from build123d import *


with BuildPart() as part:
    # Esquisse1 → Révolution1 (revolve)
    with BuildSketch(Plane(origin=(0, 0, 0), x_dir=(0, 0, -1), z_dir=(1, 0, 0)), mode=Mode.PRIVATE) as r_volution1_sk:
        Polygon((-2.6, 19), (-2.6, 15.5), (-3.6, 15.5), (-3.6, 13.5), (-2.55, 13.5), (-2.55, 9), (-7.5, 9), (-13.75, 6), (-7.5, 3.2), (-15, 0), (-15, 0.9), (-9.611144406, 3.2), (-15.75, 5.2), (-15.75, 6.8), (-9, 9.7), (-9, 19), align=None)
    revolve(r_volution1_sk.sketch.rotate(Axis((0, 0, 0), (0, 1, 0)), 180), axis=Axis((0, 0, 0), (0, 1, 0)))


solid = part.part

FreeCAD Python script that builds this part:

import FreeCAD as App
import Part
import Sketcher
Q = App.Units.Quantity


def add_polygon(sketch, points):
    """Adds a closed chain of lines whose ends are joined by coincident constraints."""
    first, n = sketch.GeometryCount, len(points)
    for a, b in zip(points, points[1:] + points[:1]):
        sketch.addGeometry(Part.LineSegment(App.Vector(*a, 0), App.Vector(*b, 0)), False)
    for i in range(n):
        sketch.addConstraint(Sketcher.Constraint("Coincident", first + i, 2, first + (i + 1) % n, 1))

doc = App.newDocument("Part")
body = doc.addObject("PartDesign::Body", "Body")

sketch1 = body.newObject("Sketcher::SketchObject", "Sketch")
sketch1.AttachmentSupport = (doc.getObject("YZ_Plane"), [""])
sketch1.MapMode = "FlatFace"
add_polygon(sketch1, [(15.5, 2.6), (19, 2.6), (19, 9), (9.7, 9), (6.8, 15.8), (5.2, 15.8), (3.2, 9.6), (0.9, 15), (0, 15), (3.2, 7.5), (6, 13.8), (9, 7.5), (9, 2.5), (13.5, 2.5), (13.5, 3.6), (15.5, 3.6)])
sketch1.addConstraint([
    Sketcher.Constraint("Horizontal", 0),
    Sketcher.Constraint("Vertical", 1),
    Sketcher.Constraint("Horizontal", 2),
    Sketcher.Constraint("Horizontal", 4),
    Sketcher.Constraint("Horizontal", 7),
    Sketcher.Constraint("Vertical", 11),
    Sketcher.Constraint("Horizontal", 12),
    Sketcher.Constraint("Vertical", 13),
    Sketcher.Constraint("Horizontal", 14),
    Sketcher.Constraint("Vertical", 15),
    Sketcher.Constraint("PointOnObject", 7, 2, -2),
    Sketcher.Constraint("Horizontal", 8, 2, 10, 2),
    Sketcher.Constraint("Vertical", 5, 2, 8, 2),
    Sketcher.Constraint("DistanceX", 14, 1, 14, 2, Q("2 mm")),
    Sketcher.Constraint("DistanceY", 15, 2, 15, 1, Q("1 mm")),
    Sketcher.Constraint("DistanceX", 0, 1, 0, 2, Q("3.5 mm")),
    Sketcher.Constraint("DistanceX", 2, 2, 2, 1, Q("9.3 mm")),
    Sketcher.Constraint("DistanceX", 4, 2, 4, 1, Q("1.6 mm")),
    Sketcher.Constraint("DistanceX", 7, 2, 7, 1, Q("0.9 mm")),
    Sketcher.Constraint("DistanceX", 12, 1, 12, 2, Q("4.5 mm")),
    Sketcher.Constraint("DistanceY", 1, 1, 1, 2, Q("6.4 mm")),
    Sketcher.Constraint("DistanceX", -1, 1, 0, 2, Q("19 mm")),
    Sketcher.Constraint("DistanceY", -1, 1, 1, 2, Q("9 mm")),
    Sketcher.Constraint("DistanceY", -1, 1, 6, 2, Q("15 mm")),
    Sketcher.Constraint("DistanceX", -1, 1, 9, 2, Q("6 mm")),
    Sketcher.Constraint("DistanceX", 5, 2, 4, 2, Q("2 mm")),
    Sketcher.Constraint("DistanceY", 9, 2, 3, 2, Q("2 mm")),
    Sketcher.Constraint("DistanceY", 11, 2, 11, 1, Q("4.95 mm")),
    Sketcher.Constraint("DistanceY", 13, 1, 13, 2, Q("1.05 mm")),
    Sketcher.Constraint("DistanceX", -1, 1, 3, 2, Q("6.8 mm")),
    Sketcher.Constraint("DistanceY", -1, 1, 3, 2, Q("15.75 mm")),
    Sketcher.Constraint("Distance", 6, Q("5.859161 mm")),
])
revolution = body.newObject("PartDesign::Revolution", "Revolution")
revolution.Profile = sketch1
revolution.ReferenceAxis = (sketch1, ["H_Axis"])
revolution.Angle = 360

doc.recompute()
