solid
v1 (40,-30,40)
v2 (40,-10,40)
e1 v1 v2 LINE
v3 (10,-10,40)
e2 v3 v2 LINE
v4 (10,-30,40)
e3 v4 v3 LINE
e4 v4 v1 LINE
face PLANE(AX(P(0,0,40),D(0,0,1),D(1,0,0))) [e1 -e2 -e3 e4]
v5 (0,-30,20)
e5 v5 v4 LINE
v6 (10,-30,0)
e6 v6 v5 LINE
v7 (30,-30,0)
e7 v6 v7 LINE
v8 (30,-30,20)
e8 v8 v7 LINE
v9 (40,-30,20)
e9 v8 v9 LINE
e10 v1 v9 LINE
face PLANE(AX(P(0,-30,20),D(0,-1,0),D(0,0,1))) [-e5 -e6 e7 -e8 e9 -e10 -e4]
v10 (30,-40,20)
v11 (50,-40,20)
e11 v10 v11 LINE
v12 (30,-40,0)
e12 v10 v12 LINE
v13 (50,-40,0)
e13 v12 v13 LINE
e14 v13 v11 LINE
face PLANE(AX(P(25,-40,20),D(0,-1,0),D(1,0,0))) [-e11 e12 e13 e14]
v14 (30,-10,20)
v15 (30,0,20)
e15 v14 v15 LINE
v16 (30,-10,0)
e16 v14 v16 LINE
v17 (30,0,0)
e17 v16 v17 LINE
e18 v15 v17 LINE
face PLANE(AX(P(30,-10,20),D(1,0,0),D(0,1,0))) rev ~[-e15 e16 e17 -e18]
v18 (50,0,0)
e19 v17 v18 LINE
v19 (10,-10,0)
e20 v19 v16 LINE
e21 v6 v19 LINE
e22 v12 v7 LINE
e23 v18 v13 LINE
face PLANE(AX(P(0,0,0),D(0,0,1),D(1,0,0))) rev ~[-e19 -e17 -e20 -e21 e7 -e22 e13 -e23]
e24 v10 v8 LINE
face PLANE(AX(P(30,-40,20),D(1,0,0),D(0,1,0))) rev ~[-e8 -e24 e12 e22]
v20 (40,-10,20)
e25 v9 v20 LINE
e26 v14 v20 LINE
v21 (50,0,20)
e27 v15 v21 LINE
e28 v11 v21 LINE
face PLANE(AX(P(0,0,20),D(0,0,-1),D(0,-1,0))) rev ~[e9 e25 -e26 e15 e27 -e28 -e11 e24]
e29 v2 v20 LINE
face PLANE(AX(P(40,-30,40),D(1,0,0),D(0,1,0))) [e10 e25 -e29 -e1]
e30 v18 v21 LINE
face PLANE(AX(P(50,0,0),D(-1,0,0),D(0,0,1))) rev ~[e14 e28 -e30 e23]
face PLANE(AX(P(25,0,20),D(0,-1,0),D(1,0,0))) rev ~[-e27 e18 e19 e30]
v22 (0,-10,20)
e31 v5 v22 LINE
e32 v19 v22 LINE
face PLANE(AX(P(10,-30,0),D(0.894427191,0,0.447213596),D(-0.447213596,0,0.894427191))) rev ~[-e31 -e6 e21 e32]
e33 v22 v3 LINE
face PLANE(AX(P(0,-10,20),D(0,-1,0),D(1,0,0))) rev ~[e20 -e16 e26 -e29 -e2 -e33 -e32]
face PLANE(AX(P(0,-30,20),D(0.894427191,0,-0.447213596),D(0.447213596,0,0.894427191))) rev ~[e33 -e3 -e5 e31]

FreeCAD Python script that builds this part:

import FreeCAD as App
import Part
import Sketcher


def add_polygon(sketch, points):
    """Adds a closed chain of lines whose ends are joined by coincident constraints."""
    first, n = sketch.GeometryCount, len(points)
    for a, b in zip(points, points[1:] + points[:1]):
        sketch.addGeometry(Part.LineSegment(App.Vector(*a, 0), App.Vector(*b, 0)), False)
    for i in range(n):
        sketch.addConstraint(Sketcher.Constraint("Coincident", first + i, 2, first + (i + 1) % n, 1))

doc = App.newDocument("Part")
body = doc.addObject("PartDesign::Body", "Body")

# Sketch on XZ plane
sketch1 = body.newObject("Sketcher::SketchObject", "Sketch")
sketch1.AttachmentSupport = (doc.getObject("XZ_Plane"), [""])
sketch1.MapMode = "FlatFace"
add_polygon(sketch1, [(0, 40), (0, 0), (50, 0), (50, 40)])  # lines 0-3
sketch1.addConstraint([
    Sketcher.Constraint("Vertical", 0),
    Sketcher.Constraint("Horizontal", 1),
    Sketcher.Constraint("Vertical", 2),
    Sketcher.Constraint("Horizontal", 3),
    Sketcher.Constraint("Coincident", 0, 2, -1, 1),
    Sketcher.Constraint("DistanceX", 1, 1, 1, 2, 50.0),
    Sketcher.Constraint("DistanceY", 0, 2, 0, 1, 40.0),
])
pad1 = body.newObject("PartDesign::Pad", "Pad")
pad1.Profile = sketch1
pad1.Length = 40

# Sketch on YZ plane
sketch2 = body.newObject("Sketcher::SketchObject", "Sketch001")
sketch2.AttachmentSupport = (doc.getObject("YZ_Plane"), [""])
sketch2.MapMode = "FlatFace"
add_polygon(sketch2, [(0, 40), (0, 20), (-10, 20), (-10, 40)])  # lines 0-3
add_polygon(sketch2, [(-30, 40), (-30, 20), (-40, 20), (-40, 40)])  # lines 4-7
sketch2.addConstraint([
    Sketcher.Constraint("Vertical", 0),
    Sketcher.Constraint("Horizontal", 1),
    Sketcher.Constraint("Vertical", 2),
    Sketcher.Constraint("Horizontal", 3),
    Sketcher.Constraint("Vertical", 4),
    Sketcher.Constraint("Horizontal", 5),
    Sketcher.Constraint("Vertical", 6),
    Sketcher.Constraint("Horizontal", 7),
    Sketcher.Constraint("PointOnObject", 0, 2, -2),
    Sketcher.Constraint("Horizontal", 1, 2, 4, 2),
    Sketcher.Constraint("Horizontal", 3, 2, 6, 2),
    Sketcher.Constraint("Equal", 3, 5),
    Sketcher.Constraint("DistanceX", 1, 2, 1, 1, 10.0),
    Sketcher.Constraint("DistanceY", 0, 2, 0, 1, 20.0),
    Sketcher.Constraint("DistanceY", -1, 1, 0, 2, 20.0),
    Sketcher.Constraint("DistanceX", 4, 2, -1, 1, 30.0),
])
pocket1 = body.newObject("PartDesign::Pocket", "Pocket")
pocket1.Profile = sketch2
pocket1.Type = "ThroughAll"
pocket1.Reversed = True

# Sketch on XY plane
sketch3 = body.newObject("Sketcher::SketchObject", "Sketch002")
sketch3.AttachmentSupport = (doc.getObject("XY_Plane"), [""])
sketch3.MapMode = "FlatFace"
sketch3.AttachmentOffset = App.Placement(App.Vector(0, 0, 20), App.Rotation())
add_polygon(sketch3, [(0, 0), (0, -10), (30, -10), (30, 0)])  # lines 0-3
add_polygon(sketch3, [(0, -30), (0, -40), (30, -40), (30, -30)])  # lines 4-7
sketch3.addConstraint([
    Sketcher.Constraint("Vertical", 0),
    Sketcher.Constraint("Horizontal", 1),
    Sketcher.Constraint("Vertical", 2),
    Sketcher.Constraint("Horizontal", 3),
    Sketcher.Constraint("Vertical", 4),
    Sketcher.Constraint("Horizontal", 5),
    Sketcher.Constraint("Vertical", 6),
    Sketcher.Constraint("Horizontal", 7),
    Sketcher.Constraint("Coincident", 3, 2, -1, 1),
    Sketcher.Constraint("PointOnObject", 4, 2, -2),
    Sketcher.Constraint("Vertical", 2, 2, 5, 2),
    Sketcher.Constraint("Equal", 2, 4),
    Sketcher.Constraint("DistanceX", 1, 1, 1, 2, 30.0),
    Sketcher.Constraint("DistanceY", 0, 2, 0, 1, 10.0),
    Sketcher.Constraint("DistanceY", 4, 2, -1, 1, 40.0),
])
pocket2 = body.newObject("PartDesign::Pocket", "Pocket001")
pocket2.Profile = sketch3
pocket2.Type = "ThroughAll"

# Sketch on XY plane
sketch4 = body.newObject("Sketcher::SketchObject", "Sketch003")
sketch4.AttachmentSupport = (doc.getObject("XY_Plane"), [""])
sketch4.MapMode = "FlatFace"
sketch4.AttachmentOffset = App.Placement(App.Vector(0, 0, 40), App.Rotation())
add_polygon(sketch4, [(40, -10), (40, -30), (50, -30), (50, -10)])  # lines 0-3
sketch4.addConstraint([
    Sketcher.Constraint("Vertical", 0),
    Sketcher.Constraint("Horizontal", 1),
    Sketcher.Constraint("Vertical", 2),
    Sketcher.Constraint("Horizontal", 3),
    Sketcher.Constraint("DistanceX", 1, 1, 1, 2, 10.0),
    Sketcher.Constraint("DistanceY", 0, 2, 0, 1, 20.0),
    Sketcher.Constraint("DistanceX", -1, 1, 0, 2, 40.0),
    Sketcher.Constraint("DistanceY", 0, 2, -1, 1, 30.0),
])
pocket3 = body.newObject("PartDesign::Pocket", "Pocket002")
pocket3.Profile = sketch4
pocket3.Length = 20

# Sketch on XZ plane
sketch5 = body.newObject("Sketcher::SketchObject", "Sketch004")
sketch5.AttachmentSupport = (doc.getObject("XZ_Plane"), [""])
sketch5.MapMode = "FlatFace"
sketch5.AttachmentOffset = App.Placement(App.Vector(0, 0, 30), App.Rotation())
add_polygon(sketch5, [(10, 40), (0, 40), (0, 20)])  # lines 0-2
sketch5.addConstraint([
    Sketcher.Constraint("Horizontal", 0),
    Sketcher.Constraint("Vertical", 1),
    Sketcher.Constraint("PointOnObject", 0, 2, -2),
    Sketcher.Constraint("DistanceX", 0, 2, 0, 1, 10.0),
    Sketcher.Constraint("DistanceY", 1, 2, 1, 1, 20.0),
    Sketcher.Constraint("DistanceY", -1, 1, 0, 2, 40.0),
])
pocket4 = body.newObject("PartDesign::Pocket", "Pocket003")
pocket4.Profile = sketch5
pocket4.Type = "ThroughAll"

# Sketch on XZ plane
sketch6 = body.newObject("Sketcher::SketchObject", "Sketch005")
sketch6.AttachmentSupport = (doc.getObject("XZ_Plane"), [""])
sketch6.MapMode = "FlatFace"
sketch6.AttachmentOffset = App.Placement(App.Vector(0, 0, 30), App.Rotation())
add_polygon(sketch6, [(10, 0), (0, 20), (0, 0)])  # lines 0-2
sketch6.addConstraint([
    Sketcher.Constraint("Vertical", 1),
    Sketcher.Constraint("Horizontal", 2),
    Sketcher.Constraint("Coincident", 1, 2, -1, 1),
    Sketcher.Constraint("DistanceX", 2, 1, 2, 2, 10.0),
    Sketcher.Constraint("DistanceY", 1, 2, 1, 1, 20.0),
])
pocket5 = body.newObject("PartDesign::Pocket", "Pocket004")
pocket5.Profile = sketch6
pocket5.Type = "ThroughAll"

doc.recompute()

• Work instructions: Repeat, word for word, the lines above between the line holding "with BuildPart() as" and the line holding "0, 0), (0, 1, 0)))", inclusive; omit everything else.

• Output:
with BuildPart() as part:
    # Esquisse1 → Révolution1 (revolve)
    with BuildSketch(Plane(origin=(0, 0, 0), x_dir=(0, 0, -1), z_dir=(1, 0, 0)), mode=Mode.PRIVATE) as r_volution1_sk:
        Polygon((-2.6, 19), (-2.6, 15.5), (-3.6, 15.5), (-3.6, 13.5), (-2.55, 13.5), (-2.55, 9), (-7.5, 9), (-13.75, 6), (-7.5, 3.2), (-15, 0), (-15, 0.9), (-9.611144406, 3.2), (-15.75, 5.2), (-15.75, 6.8), (-9, 9.7), (-9, 19), align=None)
    revolve(r_volution1_sk.sketch.rotate(Axis((0, 0, 0), (0, 1, 0)), 180), axis=Axis((0, 0, 0), (0, 1, 0)))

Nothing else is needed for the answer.